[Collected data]
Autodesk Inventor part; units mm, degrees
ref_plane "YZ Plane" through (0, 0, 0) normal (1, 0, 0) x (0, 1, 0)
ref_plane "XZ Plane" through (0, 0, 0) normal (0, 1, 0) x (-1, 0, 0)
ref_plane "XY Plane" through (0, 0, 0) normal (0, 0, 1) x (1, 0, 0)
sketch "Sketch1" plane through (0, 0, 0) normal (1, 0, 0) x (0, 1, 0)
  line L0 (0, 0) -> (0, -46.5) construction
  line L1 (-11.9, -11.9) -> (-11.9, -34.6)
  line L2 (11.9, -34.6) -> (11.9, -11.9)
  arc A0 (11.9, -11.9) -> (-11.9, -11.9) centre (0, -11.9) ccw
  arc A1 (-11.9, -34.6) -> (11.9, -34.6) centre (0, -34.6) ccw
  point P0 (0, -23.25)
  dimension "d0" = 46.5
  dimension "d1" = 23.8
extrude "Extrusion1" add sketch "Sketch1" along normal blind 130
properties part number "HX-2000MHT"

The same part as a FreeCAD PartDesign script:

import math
import FreeCAD as App
import Part
import Sketcher
Q = App.Units.Quantity

doc = App.newDocument("Part")
params = doc.addObject("Spreadsheet::Sheet", "Params")
for row, (alias, value) in enumerate([
    ("pad1_length", "5.1181102 in"),
], start=1):
    params.set(f"A{row}", alias)
    params.set(f"B{row}", "=" + value)
    params.setAlias(f"B{row}", alias)

body = doc.addObject("PartDesign::Body", "Body")

# Sketch on YZ plane
sketch1 = body.newObject("Sketcher::SketchObject", "Sketch")
sketch1.AttachmentSupport = (doc.getObject("YZ_Plane"), [""])
sketch1.MapMode = "FlatFace"
sketch1.addGeometry(Part.ArcOfCircle(Part.Circle(App.Vector(0, -12, 0), App.Vector(0, 0, 1), 12), math.radians(0), math.radians(180)), False)
sketch1.addGeometry(Part.LineSegment(App.Vector(-12, -12, 0), App.Vector(-12, -35, 0)), False)
sketch1.addGeometry(Part.ArcOfCircle(Part.Circle(App.Vector(0, -35, 0), App.Vector(0, 0, 1), 12), math.radians(180), math.radians(360)), False)
sketch1.addGeometry(Part.LineSegment(App.Vector(12, -35, 0), App.Vector(12, -12, 0)), False)
sketch1.addConstraint(Sketcher.Constraint("Tangent", 0, 2, 1, 1))
sketch1.addConstraint(Sketcher.Constraint("Tangent", 1, 2, 2, 1))
sketch1.addConstraint(Sketcher.Constraint("Tangent", 2, 2, 3, 1))
sketch1.addConstraint(Sketcher.Constraint("Tangent", 3, 2, 0, 1))
sketch1.addConstraint(Sketcher.Constraint("Vertical", 1))
sketch1.addConstraint(Sketcher.Constraint("Vertical", 3))
sketch1.addConstraint(Sketcher.Constraint("PointOnObject", 0, 3, -2))
sketch1.addConstraint(Sketcher.Constraint("Radius", 0, Q("0.4685 in")))
sketch1.addConstraint(Sketcher.Constraint("DistanceY", 1, 2, 1, 1, Q("0.8937 in")))
sketch1.addConstraint(Sketcher.Constraint("DistanceY", 0, 3, -1, 1, Q("0.4685 in")))
pad1 = body.newObject("PartDesign::Pad", "Pad")
pad1.Profile = sketch1
pad1.setExpression("Length", "Params.pad1_length")

doc.recompute()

• **WHAT TO PRODUCE**
Write out only the lines that run from the line containing "normal blind 130" through the line containing "The same part", both included, exactly as they appear above.

• **RESPONSE**
extrude "Extrusion1" add sketch "Sketch1" along normal blind 130
properties part number "HX-2000MHT"

The same part as a FreeCAD PartDesign script:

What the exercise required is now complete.